Scaffolding multiple libraries

jts edited this page May 15, 2013 · 8 revisions

The SGA scaffolder can build scaffolds from multiple libraries of different insert size. To start, you need to align the reads for each library to the input contigs/scaffolds. I recommend using BWA.
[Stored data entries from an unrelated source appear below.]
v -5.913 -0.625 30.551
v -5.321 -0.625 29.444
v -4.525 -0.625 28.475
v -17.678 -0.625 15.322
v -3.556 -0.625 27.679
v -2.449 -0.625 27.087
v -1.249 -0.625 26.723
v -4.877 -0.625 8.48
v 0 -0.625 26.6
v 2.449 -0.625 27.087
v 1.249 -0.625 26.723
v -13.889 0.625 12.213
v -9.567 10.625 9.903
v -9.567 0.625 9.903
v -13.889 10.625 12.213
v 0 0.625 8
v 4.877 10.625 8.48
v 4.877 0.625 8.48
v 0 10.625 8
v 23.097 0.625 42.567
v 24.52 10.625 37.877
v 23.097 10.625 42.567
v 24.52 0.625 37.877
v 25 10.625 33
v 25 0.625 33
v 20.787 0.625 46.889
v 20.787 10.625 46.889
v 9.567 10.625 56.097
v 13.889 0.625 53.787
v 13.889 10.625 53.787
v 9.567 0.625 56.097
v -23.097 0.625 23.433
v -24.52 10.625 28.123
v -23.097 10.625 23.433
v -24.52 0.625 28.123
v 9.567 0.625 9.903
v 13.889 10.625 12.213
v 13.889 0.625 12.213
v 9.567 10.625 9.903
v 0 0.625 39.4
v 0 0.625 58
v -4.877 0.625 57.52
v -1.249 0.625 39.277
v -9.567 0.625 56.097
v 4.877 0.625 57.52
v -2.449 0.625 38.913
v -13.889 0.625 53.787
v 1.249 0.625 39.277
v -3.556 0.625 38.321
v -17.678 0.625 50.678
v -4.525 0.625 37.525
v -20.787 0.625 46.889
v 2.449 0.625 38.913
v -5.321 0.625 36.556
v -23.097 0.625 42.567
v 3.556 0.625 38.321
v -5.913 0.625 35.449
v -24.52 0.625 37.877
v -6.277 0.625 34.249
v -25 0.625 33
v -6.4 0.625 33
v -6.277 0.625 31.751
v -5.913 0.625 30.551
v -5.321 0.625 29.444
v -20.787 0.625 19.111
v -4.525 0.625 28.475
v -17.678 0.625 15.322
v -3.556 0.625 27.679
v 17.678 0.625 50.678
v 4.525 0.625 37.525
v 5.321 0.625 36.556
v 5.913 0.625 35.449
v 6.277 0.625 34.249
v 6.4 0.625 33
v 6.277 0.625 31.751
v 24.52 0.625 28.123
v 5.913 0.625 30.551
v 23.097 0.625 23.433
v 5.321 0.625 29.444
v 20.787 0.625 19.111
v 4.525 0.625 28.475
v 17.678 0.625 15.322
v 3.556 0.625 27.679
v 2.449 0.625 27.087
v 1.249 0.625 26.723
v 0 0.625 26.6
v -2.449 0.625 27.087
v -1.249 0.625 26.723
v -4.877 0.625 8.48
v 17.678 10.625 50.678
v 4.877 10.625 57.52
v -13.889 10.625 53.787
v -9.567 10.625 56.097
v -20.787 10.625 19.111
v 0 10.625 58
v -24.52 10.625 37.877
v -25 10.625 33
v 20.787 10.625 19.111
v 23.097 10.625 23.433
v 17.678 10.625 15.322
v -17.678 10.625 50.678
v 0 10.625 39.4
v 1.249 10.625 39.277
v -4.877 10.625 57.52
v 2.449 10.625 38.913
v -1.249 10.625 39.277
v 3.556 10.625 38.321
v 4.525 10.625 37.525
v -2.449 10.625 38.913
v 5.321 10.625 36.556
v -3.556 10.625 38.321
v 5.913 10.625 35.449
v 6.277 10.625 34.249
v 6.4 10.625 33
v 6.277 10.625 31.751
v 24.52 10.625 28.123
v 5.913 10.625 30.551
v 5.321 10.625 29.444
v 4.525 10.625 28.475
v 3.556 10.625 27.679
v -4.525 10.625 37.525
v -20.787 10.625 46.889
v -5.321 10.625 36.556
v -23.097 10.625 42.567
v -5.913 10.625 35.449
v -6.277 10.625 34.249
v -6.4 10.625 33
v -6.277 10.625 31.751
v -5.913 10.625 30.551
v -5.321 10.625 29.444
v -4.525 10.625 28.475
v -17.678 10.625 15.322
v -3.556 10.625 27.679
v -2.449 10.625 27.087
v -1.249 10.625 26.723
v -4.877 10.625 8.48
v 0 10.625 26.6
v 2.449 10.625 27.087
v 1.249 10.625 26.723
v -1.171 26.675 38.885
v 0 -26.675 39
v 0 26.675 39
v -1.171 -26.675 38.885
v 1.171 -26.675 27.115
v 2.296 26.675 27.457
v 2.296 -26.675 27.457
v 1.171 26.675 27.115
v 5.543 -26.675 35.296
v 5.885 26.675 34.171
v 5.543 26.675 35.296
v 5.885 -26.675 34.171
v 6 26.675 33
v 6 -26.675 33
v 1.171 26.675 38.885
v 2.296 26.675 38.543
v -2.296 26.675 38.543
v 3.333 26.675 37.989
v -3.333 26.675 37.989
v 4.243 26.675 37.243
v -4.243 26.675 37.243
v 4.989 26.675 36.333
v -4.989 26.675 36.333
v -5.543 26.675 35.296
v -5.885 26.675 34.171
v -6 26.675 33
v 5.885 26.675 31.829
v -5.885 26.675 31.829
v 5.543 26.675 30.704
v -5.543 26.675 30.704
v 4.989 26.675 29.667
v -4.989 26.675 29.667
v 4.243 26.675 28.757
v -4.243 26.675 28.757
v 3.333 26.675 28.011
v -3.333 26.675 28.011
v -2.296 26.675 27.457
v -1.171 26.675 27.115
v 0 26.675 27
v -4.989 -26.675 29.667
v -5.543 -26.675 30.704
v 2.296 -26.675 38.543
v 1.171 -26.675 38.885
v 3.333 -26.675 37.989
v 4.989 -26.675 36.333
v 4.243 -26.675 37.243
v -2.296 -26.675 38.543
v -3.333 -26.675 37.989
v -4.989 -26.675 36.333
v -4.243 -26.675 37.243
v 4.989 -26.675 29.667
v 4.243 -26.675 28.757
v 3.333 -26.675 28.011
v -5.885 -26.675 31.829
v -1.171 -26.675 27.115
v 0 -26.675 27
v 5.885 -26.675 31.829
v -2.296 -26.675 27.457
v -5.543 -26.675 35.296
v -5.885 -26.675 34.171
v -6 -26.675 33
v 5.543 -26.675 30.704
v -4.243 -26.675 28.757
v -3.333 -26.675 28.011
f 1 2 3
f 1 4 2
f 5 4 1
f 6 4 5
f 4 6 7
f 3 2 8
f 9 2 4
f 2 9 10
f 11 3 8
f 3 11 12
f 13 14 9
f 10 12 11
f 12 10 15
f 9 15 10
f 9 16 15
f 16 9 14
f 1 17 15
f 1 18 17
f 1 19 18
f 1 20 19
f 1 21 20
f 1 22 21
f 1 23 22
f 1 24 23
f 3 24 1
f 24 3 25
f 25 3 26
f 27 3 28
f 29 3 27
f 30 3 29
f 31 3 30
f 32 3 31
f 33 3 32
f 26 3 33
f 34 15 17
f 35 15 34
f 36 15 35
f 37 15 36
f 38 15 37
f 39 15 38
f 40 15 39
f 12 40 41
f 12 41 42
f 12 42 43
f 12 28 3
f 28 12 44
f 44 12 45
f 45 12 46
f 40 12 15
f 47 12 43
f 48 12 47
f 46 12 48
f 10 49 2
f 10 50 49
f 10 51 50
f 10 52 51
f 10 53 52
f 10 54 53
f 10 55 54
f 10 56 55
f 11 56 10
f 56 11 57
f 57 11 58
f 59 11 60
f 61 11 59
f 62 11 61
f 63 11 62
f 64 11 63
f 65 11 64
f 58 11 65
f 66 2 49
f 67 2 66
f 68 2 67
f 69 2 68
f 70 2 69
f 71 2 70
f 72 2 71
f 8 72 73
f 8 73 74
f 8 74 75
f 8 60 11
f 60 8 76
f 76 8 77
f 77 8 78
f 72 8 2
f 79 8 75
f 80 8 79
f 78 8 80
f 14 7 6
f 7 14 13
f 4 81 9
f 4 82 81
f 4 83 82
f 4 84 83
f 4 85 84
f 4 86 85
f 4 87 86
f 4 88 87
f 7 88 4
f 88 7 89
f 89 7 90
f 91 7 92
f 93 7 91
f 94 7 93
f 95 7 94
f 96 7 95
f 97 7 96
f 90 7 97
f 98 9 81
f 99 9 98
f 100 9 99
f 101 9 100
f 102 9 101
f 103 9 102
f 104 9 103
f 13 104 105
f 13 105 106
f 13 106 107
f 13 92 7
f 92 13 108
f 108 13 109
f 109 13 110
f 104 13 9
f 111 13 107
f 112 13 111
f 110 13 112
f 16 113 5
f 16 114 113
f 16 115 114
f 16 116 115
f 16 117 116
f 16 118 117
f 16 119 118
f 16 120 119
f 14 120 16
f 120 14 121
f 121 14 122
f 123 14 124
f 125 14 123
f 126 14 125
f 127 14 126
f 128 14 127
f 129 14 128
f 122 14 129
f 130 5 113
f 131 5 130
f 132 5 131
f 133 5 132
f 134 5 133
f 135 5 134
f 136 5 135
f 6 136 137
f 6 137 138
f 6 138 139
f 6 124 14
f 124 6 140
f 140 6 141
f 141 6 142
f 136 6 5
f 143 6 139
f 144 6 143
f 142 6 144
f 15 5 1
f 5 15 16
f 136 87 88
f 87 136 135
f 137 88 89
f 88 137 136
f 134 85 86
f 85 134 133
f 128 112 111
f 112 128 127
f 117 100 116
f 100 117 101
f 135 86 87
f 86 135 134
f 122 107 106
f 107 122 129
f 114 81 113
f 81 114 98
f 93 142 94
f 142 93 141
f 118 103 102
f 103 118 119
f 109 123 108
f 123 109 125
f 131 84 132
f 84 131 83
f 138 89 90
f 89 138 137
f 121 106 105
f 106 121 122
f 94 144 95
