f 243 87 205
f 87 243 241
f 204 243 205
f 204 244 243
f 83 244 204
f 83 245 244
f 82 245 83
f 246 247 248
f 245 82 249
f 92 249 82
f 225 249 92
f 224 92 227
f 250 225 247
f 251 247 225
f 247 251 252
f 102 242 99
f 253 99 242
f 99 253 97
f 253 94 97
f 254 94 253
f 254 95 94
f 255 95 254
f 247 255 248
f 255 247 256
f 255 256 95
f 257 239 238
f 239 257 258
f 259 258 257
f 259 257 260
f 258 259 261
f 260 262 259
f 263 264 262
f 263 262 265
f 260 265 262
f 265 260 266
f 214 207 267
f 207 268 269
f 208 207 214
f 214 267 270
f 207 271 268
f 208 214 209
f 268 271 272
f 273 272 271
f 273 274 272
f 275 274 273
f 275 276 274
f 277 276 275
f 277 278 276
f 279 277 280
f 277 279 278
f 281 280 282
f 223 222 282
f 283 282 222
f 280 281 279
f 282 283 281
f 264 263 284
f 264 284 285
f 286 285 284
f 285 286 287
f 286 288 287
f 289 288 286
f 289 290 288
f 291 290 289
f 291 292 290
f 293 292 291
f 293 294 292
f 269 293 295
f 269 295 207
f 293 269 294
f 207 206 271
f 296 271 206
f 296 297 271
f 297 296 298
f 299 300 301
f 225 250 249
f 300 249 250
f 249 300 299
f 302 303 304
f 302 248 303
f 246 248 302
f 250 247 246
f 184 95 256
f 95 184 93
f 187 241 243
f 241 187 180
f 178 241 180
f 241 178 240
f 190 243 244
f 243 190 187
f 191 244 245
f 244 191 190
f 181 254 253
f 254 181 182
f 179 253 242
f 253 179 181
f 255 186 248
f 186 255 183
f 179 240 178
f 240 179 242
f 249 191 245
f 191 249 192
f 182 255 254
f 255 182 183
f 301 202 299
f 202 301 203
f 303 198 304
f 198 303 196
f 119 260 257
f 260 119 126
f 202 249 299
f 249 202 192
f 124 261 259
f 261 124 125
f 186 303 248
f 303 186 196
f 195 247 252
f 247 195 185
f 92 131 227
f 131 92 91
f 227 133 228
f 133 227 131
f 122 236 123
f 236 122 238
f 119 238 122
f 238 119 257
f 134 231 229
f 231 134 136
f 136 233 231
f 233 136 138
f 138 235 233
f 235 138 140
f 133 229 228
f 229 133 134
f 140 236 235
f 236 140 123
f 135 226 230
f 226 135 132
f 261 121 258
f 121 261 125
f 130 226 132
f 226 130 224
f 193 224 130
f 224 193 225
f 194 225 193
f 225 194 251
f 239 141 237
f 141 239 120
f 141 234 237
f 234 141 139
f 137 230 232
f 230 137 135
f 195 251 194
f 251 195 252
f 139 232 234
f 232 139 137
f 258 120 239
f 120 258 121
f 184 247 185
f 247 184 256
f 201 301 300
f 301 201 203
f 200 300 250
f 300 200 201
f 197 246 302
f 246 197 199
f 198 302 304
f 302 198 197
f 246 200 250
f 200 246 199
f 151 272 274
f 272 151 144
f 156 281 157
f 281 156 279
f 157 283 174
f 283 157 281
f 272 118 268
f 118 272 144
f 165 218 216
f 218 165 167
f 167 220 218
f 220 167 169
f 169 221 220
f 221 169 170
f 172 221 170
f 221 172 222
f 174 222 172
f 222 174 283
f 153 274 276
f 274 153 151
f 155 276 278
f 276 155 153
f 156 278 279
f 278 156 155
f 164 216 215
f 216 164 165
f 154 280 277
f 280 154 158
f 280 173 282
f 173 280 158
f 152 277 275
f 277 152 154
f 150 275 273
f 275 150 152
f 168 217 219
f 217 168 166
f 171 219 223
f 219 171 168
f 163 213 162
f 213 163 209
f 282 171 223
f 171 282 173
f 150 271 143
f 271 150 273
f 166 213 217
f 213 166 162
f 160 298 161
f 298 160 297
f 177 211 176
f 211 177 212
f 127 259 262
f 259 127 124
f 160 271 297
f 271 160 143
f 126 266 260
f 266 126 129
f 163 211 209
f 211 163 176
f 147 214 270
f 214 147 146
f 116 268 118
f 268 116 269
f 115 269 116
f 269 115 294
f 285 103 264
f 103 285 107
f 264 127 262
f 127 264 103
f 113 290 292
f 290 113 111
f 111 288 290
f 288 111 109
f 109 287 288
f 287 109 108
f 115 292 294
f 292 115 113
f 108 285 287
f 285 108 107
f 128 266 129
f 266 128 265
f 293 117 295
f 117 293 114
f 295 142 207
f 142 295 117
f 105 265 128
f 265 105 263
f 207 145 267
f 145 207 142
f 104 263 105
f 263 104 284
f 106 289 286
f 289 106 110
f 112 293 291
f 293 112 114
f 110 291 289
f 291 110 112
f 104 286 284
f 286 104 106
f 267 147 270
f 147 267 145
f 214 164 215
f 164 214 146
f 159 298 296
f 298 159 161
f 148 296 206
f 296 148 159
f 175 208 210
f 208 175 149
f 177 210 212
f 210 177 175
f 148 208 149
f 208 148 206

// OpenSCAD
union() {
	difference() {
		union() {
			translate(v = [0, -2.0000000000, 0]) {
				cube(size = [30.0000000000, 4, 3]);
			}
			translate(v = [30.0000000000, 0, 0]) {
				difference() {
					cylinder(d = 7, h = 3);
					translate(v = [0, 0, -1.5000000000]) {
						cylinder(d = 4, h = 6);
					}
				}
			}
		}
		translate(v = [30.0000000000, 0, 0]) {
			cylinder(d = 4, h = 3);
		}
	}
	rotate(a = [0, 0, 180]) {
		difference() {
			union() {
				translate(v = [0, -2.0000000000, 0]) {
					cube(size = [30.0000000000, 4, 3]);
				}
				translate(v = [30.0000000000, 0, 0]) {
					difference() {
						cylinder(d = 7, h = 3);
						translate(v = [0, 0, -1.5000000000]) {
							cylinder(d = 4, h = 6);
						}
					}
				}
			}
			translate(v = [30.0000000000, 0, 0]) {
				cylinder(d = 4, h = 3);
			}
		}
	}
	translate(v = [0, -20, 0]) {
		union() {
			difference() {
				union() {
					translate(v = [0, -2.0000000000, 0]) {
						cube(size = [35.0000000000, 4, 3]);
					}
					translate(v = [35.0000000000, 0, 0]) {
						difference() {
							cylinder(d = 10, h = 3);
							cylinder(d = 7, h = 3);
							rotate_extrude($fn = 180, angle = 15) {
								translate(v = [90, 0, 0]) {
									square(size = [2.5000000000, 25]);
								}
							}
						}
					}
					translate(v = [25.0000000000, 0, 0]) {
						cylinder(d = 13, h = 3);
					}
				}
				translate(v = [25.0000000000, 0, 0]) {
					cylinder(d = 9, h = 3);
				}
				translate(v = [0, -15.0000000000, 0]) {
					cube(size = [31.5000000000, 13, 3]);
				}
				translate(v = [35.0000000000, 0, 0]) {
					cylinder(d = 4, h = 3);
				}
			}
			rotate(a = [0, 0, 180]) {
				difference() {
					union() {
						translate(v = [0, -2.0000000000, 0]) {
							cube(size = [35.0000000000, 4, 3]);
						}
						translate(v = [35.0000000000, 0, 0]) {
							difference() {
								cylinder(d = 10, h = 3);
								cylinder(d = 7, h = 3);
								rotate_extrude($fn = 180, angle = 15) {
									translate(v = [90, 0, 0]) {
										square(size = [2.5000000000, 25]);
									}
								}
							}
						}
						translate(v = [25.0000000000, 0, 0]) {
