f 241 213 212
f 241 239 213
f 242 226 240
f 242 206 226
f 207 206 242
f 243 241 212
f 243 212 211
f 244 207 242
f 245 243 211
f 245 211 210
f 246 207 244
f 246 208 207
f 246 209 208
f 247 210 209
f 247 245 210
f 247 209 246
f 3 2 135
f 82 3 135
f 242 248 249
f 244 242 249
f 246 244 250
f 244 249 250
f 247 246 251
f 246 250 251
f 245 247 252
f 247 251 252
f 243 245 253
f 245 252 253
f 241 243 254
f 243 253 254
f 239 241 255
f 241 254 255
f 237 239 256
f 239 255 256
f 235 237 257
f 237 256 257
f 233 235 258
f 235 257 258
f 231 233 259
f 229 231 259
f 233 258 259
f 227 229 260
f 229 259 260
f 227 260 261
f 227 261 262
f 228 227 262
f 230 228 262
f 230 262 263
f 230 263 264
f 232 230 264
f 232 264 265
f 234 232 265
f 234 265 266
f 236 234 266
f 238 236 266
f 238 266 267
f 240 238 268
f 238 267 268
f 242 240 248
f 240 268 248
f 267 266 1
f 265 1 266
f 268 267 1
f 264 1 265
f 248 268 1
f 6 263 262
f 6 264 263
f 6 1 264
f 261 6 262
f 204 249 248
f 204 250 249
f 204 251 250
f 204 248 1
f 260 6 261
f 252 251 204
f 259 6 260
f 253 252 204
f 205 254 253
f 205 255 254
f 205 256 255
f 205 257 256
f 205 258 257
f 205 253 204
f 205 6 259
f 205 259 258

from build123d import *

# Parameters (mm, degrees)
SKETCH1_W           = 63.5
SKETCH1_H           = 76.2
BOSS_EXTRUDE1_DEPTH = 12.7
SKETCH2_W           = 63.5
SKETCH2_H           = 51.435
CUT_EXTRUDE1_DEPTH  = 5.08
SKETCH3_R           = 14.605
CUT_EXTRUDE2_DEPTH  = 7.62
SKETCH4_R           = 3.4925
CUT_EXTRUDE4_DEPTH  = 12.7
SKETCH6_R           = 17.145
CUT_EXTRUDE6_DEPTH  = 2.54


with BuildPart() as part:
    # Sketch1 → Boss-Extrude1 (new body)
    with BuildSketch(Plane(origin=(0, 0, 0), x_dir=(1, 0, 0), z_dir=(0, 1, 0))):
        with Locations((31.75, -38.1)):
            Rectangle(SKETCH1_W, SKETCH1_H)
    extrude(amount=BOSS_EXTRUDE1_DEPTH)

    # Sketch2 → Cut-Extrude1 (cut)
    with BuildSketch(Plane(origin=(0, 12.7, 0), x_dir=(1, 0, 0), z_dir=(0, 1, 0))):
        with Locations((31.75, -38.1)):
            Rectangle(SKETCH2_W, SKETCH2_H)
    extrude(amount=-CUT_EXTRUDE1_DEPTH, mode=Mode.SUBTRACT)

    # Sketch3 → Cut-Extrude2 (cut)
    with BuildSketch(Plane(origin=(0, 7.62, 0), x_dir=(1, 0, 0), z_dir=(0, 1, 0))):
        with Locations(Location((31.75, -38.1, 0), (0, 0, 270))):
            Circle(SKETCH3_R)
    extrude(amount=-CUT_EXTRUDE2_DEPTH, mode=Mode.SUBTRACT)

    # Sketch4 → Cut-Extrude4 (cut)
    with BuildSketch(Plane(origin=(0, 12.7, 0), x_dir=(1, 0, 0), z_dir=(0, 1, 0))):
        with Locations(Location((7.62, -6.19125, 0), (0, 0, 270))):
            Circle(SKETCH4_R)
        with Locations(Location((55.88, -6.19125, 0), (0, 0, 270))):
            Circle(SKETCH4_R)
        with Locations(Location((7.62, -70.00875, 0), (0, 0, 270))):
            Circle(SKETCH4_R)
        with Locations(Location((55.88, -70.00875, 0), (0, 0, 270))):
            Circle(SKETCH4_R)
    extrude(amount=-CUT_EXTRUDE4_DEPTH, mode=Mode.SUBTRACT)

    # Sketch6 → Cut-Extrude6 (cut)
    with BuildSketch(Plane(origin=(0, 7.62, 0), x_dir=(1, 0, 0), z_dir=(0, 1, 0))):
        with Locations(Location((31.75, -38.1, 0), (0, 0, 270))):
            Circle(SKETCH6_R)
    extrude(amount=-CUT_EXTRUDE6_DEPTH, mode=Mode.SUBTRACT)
For example, lets say you have the following BAM files:

lib.fragment.400bp.bam
lib.matepair.3kb.bam
lib.matepair.8kb.bam

First, create a .de file for each library using sga-bam2de.pl (located in the bin/ directory):

sga-bam2de.pl --prefix lib.fragment.400bp -n 5 -m 200 lib.fragment.400bp.bam
sga-bam2de.pl --prefix lib.matepair.3kbp -n 5 -m 200 lib.matepair.3kbp.bam
sga-bam2de.pl --prefix lib.matepair.8kbp -n 5 -m 200 lib.matepair.8kbp.bam

The -n 5 parameter indicates 5 read pairs are required to create a contig-contig link. -m 200 indicates that only contigs at least 200bp in length will be scaffolded.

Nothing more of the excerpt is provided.